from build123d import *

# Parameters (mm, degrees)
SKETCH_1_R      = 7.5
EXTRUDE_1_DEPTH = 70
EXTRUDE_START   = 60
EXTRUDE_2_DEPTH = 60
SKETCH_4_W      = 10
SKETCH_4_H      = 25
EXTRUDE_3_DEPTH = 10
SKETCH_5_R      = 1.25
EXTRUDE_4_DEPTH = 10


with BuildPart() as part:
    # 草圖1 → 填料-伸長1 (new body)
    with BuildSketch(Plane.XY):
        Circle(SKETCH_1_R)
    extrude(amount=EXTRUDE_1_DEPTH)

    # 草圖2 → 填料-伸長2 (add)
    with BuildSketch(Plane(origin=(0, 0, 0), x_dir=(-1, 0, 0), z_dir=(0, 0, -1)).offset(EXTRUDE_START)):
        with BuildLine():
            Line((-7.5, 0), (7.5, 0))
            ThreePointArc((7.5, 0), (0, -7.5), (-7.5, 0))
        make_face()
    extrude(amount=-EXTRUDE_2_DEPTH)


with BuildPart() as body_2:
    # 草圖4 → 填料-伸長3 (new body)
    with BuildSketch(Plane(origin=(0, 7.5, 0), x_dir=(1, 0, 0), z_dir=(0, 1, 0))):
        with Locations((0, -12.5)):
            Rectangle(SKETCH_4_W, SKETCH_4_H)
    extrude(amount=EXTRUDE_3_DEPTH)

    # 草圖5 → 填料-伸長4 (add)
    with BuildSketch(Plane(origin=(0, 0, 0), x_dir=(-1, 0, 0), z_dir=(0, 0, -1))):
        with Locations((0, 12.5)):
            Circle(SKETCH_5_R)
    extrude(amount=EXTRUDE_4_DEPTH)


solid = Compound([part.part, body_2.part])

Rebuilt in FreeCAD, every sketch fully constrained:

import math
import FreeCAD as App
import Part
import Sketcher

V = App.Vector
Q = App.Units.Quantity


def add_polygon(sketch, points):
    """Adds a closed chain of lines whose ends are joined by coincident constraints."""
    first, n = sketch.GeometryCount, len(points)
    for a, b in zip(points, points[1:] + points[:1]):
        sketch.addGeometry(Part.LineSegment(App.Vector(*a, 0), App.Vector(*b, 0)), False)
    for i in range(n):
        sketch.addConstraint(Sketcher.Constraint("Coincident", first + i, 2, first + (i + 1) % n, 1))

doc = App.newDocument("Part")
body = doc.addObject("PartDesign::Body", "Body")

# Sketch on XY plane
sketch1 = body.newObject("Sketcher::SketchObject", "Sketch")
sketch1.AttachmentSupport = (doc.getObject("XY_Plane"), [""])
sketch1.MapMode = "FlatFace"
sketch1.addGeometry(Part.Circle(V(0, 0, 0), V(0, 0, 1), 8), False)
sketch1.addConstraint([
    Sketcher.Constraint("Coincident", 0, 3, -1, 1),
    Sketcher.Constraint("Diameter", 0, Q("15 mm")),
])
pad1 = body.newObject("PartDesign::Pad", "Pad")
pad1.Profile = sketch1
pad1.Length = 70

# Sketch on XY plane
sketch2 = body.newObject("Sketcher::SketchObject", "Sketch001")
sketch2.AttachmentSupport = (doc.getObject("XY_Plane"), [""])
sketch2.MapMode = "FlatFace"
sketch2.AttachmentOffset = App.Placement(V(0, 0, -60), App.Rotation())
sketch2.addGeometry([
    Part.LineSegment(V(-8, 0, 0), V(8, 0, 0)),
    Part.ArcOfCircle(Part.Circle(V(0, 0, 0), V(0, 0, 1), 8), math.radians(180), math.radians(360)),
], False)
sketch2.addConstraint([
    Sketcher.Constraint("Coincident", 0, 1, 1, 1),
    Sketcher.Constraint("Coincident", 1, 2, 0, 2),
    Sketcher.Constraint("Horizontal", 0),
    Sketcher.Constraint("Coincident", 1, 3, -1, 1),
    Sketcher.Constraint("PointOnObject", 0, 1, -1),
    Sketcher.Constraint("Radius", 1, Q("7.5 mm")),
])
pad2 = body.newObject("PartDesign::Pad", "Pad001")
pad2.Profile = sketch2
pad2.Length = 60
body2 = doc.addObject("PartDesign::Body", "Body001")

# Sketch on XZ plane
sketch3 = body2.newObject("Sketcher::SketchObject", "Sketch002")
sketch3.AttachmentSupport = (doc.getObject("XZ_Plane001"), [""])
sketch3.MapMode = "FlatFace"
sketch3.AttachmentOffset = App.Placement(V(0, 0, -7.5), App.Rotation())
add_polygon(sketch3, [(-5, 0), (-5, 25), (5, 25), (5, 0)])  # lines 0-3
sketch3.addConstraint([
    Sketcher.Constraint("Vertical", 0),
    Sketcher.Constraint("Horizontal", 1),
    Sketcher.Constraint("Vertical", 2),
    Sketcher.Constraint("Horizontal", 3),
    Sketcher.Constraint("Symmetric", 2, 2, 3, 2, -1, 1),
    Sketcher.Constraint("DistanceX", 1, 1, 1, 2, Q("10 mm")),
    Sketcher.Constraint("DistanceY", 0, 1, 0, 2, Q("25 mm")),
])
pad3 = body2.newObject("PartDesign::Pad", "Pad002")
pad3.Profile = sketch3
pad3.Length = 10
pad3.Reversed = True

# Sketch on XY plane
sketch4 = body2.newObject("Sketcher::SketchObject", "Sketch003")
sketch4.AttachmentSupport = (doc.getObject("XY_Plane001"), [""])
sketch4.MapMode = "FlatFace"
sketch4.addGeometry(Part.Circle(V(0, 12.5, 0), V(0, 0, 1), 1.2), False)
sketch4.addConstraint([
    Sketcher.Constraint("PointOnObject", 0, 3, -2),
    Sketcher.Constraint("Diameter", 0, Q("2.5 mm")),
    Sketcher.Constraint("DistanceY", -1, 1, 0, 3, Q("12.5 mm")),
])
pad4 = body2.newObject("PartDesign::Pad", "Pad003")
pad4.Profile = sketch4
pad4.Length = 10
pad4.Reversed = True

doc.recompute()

---

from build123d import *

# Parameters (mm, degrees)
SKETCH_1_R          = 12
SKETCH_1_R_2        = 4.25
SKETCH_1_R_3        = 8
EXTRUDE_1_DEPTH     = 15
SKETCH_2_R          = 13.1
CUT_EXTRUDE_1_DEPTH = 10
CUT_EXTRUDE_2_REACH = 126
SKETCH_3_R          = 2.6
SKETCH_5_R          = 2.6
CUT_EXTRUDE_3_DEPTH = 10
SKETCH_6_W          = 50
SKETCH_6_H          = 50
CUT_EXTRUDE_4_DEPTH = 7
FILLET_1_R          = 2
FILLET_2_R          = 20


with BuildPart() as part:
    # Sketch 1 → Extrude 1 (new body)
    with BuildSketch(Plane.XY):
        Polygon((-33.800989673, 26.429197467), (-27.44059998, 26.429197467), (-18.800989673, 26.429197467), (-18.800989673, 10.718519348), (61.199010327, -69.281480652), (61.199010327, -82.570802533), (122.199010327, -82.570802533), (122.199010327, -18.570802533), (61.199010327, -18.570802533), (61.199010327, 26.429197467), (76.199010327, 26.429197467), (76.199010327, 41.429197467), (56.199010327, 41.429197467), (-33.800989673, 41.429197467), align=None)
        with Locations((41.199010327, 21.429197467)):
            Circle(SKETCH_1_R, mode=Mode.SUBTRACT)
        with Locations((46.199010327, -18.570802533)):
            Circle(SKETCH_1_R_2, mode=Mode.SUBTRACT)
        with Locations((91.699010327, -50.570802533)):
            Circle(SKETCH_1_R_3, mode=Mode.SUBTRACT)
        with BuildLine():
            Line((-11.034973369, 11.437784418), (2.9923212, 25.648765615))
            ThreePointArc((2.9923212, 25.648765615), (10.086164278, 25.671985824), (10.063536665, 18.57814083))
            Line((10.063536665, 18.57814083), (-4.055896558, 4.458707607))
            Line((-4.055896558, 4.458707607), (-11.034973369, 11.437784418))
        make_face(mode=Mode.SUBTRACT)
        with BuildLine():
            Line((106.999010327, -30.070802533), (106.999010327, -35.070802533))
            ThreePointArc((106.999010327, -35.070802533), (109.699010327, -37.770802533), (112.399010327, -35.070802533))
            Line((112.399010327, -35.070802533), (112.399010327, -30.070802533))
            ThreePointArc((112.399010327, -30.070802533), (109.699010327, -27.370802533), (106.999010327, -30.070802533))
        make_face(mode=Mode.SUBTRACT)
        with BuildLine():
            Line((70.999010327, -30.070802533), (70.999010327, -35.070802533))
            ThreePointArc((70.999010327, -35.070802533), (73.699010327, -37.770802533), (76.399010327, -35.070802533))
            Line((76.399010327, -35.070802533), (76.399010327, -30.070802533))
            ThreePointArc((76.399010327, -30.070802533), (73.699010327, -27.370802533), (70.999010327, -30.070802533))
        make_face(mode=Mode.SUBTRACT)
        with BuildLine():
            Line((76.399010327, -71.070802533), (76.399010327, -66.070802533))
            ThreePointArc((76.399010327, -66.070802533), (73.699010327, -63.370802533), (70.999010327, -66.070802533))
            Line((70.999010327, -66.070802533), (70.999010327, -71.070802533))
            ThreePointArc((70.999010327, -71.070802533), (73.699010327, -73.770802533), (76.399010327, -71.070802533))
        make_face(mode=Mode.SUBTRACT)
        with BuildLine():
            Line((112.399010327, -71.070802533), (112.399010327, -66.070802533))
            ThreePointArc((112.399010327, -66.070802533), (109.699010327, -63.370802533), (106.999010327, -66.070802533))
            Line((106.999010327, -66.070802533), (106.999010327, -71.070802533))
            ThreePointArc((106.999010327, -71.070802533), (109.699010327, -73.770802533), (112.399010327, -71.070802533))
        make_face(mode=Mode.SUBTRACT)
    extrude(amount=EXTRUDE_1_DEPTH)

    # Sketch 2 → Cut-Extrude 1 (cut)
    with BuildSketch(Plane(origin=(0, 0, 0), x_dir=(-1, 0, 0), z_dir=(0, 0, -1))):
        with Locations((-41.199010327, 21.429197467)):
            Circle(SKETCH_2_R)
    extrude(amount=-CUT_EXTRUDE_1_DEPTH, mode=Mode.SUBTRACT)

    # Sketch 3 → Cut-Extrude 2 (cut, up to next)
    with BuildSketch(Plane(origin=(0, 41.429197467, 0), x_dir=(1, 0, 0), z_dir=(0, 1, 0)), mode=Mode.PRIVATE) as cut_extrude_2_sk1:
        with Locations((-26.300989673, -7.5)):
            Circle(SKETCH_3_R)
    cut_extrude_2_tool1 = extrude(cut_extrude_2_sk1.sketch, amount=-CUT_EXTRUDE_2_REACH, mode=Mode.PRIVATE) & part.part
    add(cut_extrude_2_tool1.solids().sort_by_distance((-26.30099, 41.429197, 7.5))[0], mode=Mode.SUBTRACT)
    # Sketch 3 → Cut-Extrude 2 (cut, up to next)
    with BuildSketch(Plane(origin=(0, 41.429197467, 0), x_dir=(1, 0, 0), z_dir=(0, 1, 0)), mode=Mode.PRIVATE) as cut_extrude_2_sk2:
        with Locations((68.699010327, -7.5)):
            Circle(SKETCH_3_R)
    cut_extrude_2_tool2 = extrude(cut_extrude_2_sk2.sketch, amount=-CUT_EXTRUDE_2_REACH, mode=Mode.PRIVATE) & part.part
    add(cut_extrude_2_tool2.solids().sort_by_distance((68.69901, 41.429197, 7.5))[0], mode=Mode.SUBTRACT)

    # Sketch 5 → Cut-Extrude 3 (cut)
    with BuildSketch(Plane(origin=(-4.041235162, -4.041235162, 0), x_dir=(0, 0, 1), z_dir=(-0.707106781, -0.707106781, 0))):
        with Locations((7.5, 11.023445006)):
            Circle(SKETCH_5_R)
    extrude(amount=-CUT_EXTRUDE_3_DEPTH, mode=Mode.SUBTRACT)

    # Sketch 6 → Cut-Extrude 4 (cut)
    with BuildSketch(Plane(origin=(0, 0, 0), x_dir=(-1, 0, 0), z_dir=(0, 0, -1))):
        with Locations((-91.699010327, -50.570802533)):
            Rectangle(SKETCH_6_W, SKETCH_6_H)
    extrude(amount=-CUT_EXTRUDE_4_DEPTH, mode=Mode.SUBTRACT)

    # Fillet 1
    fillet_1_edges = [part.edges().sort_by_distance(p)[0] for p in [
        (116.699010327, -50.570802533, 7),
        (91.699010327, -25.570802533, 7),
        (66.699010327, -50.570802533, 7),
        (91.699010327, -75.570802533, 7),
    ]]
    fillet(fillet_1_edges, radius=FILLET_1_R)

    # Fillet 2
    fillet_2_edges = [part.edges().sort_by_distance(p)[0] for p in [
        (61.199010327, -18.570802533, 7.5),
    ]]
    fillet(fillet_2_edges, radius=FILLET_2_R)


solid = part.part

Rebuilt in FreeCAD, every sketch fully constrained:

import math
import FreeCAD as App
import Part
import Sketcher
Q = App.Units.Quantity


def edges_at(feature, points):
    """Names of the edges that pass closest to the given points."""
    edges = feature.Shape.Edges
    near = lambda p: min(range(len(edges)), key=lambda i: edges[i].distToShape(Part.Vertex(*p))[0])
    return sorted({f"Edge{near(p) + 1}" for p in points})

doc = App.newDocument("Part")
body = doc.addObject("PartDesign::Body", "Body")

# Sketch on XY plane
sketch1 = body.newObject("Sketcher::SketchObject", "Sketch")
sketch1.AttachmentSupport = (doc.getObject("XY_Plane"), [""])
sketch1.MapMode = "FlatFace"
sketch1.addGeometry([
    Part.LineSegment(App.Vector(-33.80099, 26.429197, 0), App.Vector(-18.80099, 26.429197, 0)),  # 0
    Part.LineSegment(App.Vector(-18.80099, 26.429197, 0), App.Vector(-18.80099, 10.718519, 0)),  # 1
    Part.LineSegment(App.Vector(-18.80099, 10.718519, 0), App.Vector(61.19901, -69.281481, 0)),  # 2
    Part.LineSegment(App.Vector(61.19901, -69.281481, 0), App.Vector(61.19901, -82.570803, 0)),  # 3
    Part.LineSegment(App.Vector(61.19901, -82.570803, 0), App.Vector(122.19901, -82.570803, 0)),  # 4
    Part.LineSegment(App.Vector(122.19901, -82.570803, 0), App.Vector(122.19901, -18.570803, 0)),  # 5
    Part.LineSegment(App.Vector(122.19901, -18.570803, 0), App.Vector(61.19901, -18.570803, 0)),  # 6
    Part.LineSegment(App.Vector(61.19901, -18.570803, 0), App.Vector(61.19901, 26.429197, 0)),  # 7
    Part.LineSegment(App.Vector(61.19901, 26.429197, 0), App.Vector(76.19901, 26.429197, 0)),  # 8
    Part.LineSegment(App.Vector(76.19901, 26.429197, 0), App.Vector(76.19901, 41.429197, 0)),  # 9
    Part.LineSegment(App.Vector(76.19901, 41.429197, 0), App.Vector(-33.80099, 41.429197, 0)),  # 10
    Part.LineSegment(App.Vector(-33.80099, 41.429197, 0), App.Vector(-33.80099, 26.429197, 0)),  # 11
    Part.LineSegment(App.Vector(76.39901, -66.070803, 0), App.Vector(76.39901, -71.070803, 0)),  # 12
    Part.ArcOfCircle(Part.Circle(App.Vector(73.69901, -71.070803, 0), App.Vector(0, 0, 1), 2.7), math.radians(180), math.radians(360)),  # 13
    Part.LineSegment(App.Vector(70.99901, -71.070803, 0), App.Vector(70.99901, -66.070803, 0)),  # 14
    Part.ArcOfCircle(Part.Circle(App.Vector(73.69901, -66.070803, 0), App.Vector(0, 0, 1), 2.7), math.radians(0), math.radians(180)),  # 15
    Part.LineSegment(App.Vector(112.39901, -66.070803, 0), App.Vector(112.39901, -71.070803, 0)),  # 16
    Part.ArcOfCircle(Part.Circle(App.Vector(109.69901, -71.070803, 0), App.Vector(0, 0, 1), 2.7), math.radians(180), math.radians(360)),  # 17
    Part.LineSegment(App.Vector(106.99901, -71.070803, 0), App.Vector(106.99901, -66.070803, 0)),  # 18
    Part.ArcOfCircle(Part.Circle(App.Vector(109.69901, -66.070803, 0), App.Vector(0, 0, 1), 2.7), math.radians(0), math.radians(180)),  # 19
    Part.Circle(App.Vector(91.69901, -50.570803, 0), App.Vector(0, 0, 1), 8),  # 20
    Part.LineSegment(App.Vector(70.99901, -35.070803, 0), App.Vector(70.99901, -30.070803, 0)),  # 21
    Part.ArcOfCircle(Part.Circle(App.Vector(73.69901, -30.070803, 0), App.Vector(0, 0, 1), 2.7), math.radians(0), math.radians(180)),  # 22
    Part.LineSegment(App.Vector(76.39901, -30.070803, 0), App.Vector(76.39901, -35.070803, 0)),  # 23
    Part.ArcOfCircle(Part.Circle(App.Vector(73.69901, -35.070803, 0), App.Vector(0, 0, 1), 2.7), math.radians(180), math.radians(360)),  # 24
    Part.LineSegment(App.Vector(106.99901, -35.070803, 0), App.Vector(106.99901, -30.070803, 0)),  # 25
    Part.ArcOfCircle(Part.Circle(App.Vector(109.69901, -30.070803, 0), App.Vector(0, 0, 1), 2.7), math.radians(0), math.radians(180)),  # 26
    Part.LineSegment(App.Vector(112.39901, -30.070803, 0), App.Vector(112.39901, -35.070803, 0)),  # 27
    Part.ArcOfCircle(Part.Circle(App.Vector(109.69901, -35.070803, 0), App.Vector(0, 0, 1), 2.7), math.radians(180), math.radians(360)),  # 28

---

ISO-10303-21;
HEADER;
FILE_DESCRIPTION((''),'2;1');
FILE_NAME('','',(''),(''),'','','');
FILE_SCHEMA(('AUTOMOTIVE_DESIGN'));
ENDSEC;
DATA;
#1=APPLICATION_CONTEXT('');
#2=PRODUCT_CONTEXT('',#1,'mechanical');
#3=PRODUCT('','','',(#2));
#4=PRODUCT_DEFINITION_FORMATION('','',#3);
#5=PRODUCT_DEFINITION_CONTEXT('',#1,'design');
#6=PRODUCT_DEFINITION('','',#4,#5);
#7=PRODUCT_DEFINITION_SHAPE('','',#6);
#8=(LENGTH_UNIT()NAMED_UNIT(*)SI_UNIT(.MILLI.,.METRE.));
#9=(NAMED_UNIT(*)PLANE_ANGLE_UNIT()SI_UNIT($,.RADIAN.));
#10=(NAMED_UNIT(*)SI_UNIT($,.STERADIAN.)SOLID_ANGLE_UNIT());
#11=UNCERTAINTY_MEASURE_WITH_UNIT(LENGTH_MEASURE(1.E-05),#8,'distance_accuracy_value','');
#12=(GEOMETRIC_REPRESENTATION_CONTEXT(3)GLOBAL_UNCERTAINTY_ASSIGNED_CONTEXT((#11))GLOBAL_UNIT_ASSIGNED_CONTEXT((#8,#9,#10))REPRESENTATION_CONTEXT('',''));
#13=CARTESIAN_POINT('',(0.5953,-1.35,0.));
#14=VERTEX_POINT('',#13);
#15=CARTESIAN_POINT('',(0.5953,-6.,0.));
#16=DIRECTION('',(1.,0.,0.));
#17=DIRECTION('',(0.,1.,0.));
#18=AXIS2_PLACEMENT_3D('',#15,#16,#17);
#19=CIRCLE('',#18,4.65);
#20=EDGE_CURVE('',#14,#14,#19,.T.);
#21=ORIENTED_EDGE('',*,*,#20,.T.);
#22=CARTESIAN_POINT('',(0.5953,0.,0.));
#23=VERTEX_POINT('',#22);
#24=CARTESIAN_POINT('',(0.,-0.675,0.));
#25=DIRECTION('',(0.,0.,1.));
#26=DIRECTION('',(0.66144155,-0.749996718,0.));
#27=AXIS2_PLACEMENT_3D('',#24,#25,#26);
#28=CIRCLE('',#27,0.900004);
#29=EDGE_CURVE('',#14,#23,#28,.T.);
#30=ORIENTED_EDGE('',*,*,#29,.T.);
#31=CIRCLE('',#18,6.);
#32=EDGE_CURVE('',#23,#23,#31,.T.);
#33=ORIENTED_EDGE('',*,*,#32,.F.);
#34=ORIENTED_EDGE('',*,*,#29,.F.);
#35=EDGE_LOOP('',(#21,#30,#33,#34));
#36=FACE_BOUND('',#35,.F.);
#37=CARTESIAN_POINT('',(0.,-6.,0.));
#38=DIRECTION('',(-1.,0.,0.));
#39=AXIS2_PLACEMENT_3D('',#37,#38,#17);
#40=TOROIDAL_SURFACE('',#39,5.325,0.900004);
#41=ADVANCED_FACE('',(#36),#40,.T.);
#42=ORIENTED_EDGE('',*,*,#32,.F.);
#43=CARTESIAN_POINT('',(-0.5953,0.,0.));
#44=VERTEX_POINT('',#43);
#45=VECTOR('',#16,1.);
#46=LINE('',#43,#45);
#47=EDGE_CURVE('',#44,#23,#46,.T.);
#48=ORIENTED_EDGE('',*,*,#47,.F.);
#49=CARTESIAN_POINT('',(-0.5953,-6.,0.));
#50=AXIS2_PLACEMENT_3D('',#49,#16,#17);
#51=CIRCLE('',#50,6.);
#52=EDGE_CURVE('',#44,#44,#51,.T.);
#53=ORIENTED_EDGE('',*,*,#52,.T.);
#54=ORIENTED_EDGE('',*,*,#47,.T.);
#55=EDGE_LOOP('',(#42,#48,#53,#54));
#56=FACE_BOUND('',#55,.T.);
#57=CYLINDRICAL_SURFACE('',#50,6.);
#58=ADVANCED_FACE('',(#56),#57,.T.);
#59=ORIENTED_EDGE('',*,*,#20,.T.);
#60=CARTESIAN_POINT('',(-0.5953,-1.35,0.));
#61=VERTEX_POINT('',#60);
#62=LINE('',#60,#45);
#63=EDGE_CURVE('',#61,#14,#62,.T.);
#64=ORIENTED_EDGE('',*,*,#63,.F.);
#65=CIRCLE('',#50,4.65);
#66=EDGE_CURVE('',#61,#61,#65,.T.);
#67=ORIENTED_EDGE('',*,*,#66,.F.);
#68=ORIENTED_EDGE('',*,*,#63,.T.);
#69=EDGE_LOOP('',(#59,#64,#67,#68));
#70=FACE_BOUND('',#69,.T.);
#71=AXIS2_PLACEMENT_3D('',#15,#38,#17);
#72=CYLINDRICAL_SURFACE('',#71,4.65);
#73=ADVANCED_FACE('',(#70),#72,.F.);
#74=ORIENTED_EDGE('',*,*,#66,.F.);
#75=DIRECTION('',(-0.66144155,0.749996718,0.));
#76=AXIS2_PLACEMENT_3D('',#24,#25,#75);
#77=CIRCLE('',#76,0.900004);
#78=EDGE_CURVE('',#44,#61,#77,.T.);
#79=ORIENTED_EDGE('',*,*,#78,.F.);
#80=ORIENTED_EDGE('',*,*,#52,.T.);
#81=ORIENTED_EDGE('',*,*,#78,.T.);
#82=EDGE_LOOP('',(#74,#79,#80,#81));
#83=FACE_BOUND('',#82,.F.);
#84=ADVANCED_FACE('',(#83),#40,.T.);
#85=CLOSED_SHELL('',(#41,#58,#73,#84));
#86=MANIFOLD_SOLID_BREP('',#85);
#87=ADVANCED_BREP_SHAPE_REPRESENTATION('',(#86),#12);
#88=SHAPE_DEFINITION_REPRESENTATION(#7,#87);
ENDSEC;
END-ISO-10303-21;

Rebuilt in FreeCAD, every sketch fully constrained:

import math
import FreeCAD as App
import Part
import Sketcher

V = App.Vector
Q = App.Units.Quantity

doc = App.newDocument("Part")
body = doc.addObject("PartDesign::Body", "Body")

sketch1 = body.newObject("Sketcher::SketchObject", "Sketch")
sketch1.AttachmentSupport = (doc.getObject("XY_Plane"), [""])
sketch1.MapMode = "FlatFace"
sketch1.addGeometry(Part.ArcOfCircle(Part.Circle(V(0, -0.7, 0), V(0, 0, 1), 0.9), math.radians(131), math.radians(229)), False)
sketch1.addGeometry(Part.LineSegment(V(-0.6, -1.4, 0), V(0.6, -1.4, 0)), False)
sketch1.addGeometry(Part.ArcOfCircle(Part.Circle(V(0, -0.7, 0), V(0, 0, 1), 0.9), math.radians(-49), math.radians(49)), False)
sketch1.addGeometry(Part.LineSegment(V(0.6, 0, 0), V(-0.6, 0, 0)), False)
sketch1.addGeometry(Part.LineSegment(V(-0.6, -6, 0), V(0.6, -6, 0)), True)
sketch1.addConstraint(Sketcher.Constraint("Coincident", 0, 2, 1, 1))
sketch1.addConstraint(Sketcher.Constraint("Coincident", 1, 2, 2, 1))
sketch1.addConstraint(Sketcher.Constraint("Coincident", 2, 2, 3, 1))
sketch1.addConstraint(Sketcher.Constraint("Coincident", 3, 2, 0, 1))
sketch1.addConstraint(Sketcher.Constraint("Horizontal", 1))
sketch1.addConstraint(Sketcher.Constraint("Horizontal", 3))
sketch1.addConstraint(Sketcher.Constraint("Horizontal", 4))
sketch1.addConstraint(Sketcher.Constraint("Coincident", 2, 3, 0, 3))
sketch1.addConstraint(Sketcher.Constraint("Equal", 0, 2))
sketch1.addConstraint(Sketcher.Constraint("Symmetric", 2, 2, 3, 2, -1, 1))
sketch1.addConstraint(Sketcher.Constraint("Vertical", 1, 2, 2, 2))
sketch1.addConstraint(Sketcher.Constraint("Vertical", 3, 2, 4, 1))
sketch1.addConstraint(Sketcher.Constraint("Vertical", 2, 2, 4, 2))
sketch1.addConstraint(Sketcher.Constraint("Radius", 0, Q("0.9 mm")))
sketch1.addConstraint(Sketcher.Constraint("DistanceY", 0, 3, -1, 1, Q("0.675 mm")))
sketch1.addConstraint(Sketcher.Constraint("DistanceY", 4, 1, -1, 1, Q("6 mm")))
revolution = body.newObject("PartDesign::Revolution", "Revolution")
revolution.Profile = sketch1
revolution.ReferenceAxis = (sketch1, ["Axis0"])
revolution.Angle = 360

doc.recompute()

---

**How to complete this task:** Beginning with the line above that contains "#5=PRODUCT_DEFINITION_CONTEXT('',#1,'design');", copy each line exactly up to and including the line that contains "#10=(NAMED_UNIT(*)SI_UNIT($,.STERADIAN.)SOLID_ANGLE_UNIT());", and go no further.

**Reply to the exercise:**
#5=PRODUCT_DEFINITION_CONTEXT('',#1,'design');
#6=PRODUCT_DEFINITION('','',#4,#5);
#7=PRODUCT_DEFINITION_SHAPE('','',#6);
#8=(LENGTH_UNIT()NAMED_UNIT(*)SI_UNIT(.MILLI.,.METRE.));
#9=(NAMED_UNIT(*)PLANE_ANGLE_UNIT()SI_UNIT($,.RADIAN.));
#10=(NAMED_UNIT(*)SI_UNIT($,.STERADIAN.)SOLID_ANGLE_UNIT());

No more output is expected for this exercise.